Plotting a whole year of bike locations

Our dataset contains all KVB bike locations for the whole year 2019. That’s going to be a lot of data to display at the same time. But this is where datashader’s strength comes into play. Other interactive libraries, i.e. bokeh, plotly etc. embed the data as JSON in an .hmtl file and let the browser do all the work. In contrast, datashader renders an image containing the processed data at the appropriate level. Consequently, all the hard work (the computation) is done beforehand.

In the first step, we load the libraries we’ll be using:

# coding: utf-8
import pandas as pd
import numpy as np
from bokeh.io import output_notebook
output_notebook()
pd.set_option('display.max_columns', 100)

from holoviews.operation.datashader import datashade
import geoviews as gv
import cartopy.crs as ccrs
from colorcet import fire

gv.extension('bokeh')

Loading BokehJS ...

In addition to the standard stack we make use of a few additional libraries to deal with geo spatial data and the visualization process. Cartopy let’s us deal with the Coordinate Reference System (CRS). Colorcet is also part of HoloViz and offers uniform colormaps. Finally, GeoViews and HoloViews deal with the geo spatial data and the plotting of it.

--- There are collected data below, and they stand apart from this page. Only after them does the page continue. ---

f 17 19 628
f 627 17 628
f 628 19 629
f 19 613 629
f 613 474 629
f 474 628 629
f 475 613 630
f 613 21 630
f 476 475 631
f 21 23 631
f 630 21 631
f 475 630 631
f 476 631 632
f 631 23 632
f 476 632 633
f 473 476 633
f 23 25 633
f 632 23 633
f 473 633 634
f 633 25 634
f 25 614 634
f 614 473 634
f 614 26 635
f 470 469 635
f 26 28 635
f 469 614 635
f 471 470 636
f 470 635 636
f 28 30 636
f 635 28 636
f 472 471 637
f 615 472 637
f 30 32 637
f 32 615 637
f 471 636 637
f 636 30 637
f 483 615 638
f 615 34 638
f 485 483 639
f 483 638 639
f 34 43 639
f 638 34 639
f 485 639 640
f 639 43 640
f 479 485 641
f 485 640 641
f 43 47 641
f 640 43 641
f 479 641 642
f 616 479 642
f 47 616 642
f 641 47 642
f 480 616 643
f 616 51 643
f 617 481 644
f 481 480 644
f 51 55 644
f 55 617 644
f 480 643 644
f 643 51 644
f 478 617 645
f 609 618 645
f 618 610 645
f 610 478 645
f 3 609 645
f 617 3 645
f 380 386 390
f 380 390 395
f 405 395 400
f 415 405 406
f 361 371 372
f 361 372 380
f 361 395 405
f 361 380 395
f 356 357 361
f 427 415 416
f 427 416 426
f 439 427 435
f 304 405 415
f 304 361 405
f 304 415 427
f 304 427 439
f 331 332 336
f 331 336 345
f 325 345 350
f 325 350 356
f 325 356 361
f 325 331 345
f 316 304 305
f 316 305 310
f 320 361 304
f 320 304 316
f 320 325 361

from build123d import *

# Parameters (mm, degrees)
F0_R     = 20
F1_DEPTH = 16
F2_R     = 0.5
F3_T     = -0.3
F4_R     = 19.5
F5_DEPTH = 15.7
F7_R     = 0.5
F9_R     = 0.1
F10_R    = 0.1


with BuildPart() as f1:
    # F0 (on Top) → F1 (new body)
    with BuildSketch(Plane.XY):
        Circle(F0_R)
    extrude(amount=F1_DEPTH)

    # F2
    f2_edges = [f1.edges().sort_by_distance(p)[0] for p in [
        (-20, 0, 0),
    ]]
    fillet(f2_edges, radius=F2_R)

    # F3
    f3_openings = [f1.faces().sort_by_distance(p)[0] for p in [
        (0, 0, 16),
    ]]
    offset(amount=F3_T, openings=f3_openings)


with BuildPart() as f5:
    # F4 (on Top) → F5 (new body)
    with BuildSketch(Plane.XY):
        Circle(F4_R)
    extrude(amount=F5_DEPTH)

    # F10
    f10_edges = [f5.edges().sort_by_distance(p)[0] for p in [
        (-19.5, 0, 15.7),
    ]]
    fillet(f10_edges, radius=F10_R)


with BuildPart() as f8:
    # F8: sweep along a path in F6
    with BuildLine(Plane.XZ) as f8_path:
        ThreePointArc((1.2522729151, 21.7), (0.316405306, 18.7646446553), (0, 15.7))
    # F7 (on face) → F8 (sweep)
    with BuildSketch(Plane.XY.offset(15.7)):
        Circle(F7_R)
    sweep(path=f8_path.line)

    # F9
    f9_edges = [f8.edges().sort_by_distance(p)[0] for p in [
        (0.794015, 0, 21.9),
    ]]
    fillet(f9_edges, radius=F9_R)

As before, we can now start by reading in a shapefile containing the borders of the districts of Cologne. You can get it here. For that, we use the geopandas library:

import geopandas as gpd

districts = gpd.read_file('./data/Stadtteil_WGS84.shp',
                         encoding='utf8')
districts['area_km2'] = districts['SHAPE_AREA'] / 1000 / 1000
districts.rename(columns={'STT_NAME': 'district'}, inplace=True)
districts.head()

	STT_NR	district	SHAPE_AREA	SHAPE_LEN	geometry	area_km2
0	909	Flittard	7.735915e+06	14368.509990	POLYGON ((7.013636806341599 51.02217143122909,...	7.735915
1	905	Dellbrück	9.946585e+06	16722.887925	POLYGON ((7.067466742735997 50.99362716308261,...	9.946585
2	807	Brück	7.499469e+06	12759.921710	POLYGON ((7.071040889038366 50.95452343845111,...	7.499469
3	707	Urbach	2.291919e+06	7008.335906	POLYGON ((7.091948656335505 50.88921847519149,...	2.291919
4	501	Nippes	2.995158e+06	8434.060948	POLYGON ((6.954707257821651 50.97357368526955,...	2.995158

Following, we process our bike location data. After reading in the csv, we remove points too far from the median location in order to remove location outliers:

# Read in athe bike location data
df = pd.read_csv("./data/2019_bikes.csv")
df.drop(columns=df.columns[0], inplace=True)
print(df.shape)

(1509491, 6)

# Exclude location outliers
df = df[ abs(df['lat'] - df['lat'].median()) < 0.08]
df = df[ abs(df['lon'] - df['lon'].median()) < 0.08]
df.head(2)

	bike_id	scrape_weekday	u_id	lat	lon	scrape_datetime
0	21664	Tue	34183	50.936540	6.948328	2019-01-01 00:05:02
1	21619	Tue	672578	50.953946	6.912720	2019-01-01 00:05:02

So we have about 1.5 million locations to deal with. How hard is it to plot all of them on a map of the city?

# Load districts as Polygons and Locations as Points and Overlay them on map
polys = gv.Polygons(districts, vdims=['district', 'area_km2'], crs=ccrs.PlateCarree())
points = gv.Points(df, ['lon', 'lat'], crs=ccrs.PlateCarree())

plot = gv.tile_sources.CartoDark()\
    * datashade(points, expand=False, height=2000, width=2000,
                cmap=fire, normalization='eq_hist')\
    * polys.opts(alpha=0.1, color='white', tools=['hover'])
plot.opts(width=700, height=600, bgcolor='black')
#gv.save(plot, "./img/datashader/map_cologne1.html")

Figure 1. DataShader map [Own illustration]

Well, turns out the answer is: not very hard! We only need a few lines of code to process and plot all data points. Each pixel on the map represents the location of a bike at a certain time. You can clearly see patterns emerge. The main roads can be clearly identified as well as several points of interest like the university and the Cologne cathedral.